In fact, going back to the previous recycling and landfilling examples, if you add up the various options, you may find instances in which solid waste systems that have lower diversion rates may actually have higher environmental benefits. For example, if your higher diversion rate is coming via a system that downgrades all your recyclables from a higher-benefit recycling option to a lower-benefit recycling option (e.g. your glass is going from bottle-to-bottle recycling to bottle-to-road-base recycling and your office paper is going from office paper-to-office paper recycling to office paper-to-cereal box recycling), and the trash side is going to a landfill without methane collection, you may actually be worse off than an alternate system with a lower diversion percentage, but one that sends the recyclables to their most-beneficial use, and that shifts the disposal of their remaining waste from a landfill without methane collection to a well-run waste-to-energy facility or landfill with top-quality methane and leachate collection systems. Do your metrics and dashboards reflect that potential? If not, do you trust the information you are getting?
As the earlier Phillip K. Dick passage continues: “There should never be two gauges reporting conflicting information, because as soon as that happens you have no knowledge of the condition being reported on at all.” If our metrics and dashboards are not sophisticated enough to measure the shades of gray, are they relevant at all?

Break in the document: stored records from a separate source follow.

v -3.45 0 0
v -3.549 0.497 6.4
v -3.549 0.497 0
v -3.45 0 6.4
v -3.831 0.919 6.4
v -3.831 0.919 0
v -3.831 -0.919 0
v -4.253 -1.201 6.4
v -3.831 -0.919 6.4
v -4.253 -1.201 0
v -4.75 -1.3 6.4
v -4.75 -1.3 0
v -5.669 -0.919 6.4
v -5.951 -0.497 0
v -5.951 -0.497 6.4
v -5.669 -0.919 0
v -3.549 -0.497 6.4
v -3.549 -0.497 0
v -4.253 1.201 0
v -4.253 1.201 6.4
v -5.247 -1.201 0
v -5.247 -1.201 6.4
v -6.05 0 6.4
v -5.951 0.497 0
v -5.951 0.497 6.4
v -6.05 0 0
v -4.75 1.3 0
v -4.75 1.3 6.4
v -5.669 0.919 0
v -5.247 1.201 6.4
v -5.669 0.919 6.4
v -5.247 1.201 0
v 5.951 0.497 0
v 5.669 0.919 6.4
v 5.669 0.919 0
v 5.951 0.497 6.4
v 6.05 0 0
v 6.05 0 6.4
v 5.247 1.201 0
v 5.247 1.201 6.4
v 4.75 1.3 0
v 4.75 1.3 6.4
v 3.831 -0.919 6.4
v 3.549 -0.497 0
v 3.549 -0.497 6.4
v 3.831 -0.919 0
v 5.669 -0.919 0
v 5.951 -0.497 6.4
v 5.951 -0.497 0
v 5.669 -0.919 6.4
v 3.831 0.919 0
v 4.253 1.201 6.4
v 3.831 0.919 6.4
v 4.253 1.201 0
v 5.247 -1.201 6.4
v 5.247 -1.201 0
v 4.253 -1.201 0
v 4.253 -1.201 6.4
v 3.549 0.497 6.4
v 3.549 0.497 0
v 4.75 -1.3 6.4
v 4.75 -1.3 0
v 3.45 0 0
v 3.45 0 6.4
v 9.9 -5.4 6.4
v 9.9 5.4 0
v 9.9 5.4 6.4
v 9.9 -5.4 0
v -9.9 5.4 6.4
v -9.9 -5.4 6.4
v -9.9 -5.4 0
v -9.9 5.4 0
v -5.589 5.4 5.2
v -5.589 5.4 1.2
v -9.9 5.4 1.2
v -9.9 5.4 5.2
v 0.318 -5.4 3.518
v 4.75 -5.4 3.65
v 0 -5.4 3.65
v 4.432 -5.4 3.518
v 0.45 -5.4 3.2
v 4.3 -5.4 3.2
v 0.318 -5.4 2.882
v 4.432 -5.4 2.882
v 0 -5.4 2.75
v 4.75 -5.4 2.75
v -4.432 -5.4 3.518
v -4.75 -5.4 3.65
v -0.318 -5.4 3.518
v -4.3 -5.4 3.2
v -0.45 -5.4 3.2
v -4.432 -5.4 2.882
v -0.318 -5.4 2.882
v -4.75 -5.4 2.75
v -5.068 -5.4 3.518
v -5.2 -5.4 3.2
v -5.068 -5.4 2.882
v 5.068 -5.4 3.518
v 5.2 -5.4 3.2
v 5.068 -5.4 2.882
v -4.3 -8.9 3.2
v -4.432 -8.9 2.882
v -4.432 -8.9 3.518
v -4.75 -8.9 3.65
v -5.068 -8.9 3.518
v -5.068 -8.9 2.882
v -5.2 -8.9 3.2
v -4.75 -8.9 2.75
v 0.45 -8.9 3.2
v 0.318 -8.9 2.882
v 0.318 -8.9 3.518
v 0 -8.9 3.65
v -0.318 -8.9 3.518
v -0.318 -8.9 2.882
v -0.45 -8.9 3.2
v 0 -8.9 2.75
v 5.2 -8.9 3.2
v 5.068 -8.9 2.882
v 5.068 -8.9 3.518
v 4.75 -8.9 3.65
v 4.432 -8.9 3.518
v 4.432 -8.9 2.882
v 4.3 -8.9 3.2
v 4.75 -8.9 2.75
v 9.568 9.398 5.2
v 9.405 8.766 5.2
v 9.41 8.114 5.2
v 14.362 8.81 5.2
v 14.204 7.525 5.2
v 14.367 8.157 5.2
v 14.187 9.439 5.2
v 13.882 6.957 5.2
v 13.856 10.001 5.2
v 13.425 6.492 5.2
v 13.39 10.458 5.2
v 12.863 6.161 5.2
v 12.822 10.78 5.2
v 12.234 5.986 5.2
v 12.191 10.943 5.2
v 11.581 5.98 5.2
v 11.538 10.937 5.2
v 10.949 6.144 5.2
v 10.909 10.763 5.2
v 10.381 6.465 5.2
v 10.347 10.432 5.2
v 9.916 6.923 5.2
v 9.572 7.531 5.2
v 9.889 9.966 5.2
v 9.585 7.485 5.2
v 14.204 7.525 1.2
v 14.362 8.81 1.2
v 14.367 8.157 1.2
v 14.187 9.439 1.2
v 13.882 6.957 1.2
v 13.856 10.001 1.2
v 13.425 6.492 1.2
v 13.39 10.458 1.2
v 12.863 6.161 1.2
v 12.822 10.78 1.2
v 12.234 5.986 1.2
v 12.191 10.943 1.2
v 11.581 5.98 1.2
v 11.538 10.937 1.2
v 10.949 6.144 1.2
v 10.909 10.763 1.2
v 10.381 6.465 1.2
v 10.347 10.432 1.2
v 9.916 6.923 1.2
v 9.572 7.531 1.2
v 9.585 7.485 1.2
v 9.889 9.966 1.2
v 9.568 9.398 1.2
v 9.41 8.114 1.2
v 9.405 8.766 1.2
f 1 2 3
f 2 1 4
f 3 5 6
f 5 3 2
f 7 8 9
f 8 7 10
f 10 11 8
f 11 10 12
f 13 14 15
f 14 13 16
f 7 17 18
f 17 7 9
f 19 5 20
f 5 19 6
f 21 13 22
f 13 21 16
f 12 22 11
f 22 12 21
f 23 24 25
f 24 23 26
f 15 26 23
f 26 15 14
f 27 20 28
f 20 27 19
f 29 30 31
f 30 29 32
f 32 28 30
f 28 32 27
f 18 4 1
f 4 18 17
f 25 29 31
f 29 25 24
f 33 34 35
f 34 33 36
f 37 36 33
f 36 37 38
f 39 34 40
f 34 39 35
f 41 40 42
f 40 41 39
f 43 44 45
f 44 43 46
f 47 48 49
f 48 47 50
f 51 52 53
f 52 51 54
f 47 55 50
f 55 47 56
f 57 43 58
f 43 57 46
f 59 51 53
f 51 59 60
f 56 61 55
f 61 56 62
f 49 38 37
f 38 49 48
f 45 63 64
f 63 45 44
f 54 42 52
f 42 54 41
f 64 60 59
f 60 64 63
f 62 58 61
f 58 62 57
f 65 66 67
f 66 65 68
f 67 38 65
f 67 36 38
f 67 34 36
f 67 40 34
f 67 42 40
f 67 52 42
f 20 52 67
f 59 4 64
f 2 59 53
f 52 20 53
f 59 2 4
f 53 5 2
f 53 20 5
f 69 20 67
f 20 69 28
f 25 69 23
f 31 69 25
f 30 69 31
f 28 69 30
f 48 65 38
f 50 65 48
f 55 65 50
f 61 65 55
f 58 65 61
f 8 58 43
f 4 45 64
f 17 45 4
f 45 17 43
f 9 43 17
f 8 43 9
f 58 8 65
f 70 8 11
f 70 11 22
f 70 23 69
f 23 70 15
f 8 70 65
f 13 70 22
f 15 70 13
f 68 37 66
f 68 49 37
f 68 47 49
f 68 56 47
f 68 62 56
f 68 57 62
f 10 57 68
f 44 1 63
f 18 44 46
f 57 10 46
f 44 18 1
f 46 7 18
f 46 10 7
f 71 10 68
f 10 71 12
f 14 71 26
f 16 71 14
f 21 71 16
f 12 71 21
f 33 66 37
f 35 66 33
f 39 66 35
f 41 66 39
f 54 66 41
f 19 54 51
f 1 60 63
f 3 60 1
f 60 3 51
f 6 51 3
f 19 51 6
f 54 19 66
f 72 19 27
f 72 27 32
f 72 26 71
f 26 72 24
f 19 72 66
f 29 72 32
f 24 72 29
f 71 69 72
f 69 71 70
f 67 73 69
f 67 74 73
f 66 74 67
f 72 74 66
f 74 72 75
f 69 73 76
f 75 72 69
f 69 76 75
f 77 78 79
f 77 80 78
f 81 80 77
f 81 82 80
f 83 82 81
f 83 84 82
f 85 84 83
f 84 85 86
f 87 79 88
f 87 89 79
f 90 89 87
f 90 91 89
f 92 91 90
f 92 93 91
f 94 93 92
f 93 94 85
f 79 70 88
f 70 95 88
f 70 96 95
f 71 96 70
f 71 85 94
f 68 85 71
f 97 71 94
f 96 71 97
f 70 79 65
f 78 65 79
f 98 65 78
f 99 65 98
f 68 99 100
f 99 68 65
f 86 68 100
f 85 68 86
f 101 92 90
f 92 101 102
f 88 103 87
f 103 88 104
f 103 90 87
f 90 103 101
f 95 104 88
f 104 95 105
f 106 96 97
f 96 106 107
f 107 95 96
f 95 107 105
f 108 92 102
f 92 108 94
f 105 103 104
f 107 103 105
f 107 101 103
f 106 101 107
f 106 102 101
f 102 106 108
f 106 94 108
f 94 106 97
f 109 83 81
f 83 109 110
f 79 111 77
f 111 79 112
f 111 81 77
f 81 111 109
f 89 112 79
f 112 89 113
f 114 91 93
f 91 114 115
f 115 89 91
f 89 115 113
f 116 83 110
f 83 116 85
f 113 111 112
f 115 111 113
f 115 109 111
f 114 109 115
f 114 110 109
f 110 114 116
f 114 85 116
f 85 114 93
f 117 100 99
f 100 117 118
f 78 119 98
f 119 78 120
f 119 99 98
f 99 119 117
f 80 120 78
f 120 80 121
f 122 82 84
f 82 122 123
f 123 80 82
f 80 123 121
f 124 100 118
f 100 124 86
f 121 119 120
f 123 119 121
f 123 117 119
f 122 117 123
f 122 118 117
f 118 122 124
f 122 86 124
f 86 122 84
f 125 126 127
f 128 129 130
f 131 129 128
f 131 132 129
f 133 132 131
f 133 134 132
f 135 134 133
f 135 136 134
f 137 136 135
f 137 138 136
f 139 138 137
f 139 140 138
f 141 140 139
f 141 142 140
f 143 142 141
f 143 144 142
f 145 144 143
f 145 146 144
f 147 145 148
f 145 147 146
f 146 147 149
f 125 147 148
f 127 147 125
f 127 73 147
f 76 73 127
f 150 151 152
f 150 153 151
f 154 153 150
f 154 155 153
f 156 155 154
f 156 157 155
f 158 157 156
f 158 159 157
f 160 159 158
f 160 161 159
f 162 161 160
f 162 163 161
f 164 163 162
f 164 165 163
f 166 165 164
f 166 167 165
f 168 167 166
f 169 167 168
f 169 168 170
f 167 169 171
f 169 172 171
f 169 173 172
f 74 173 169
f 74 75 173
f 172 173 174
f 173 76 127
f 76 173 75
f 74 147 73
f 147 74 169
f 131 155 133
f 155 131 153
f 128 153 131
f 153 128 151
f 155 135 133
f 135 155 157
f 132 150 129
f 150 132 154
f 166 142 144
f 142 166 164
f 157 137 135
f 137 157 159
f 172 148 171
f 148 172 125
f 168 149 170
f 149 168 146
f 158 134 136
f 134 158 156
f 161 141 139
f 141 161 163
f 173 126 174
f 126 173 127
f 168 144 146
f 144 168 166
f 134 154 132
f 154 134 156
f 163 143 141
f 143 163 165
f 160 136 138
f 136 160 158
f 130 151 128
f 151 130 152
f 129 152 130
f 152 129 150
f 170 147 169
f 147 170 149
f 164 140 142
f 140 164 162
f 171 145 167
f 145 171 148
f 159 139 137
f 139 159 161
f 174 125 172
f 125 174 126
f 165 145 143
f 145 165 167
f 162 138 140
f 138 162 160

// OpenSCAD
// 용어
// 1. 리미트 스위치(limit switch)
// 2. 비타민 목업(vitamin mockup)
// 3. 장착홀 피치(mounting hole pitch)
// 4. 단자 피치(terminal pitch)
// 5. 레버 스트립(lever strip)
// 6. 롤러(roller)

// KW12 기계식 부품의 외형 검토용 모델입니다.
// 원점은 본체 바닥 면적 중심이고 Z는 본체 바닥에서 시작합니다.

$fa = 6;
$fs = 0.6;

// 치수 배열 순서: [길이, 높이, 두께] (mm).
function kw12_limit_switch_body_size() = [19.8, 10.8, 6.4];

module _kw12_body(size, hole_pitch, hole_d, part_color) {
    length = size[0];
    height = size[1];
    thickness = size[2];
    eps = 0.1;

    assert(length > 0, "KW12 본체 길이(length)는 양수여야 합니다");
    assert(height > 0, "KW12 본체 높이(height)는 양수여야 합니다");
    assert(thickness > 0, "KW12 본체 두께(thickness)는 양수여야 합니다");
    assert(hole_pitch > 0, "KW12 장착홀 피치(hole_pitch)는 양수여야 합니다");
    assert(hole_d > 0, "KW12 장착홀 지름(hole_d)은 양수여야 합니다");

    color(part_color)
        translate([-length / 2, -height / 2, 0])
            difference() {
                cube(size);
                for (x = [-hole_pitch / 2, hole_pitch / 2])
                    translate([length / 2 + x, height / 2, -eps])
                        cylinder(d = hole_d, h = thickness + 2 * eps, $fn = 16);
            }
}

module _kw12_terminals(size, terminal_pitch, terminal_d, terminal_len, part_color) {
    height = size[1];
    thickness = size[2];

    assert(terminal_pitch > 0, "KW12 단자 피치(terminal_pitch)는 양수여야 합니다");
    assert(terminal_d > 0, "KW12 단자 지름(terminal_d)은 양수여야 합니다");
    assert(terminal_len > 0, "KW12 단자 길이(terminal_len)는 양수여야 합니다");

    color(part_color)
        for (x = [-terminal_pitch / 2, 0, terminal_pitch / 2])
            translate([x, -height / 2, thickness / 2])
                rotate([90, 0, 0])
                    cylinder(d = terminal_d, h = terminal_len, $fn = 8);
}

module _kw12_lever(size, lever_len, lever_rise, strip_w, strip_h, roller_d, roller_w, part_color) {
    length = size[0];
    height = size[1];
    thickness = size[2];
    lever_anchor = [-length / 2, height / 2, thickness / 2];
    strip_corner = [0, -strip_w, -strip_h / 2];

    assert(lever_len > 0, "KW12 레버 길이(lever_len)는 양수여야 합니다");
    assert(strip_w > 0, "KW12 레버 스트립 폭(strip_w)은 양수여야 합니다");
    assert(strip_h > 0, "KW12 레버 스트립 높이(strip_h)는 양수여야 합니다");
    assert(roller_d > 0, "KW12 롤러 지름(roller_d)은 양수여야 합니다");
    assert(roller_w > 0, "KW12 롤러 폭(roller_w)은 양수여야 합니다");

    color(part_color)
        translate(lever_anchor)
            rotate([0, 0, lever_rise]) {
                translate(strip_corner)
                    cube([lever_len, strip_w, strip_h]);
                translate([lever_len, 0, 0])
                    cylinder(d = roller_d, h = roller_w, center = true, $fn = 24);
            }
}

module kw12_limit_switch(body_color = "#1f2933", lever_color = "#c4ccd4", pin_color = "#c8a23c") {
    body = kw12_limit_switch_body_size();

    mount_hole_pitch = 9.5;
    mount_hole_d = 2.6;

    terminal_pitch = 9.5;
    terminal_d = 0.9;
    terminal_len = 3.5;

    lever_len = 22;
    lever_rise = 8;
    strip_w = 0.6;
    strip_h = 4;
    roller_d = 5;
    roller_w = 4;

    _kw12_body(size = body,
               hole_pitch = mount_hole_pitch,
               hole_d = mount_hole_d,
               part_color = body_color);
    _kw12_terminals(size = body,
                    terminal_pitch = terminal_pitch,
                    terminal_d = terminal_d,
                    terminal_len = terminal_len,
                    part_color = pin_color);
    _kw12_lever(size = body,
                lever_len = lever_len,
                lever_rise = lever_rise,
                strip_w = strip_w,
                strip_h = strip_h,
                roller_d = roller_d,
                roller_w = roller_w,
                part_color = lever_color);
}

kw12_limit_switch();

Viewing the world in shades of gray can be hard. It involves leaving the safety of our black-and-white positions and wading through some sometimes uncomfortable decisions. Sometimes it involves standing on some pretty slippery slopes to make your stand. But in the end, I think we are all better for it. I think we have more credibility when we embrace the full spectrum of gray and use terms like “more-sustainable” and “better” as opposed to “sustainable” and “good”. Slugging our way through the shades of gray may be hard, but I think it’s worth it.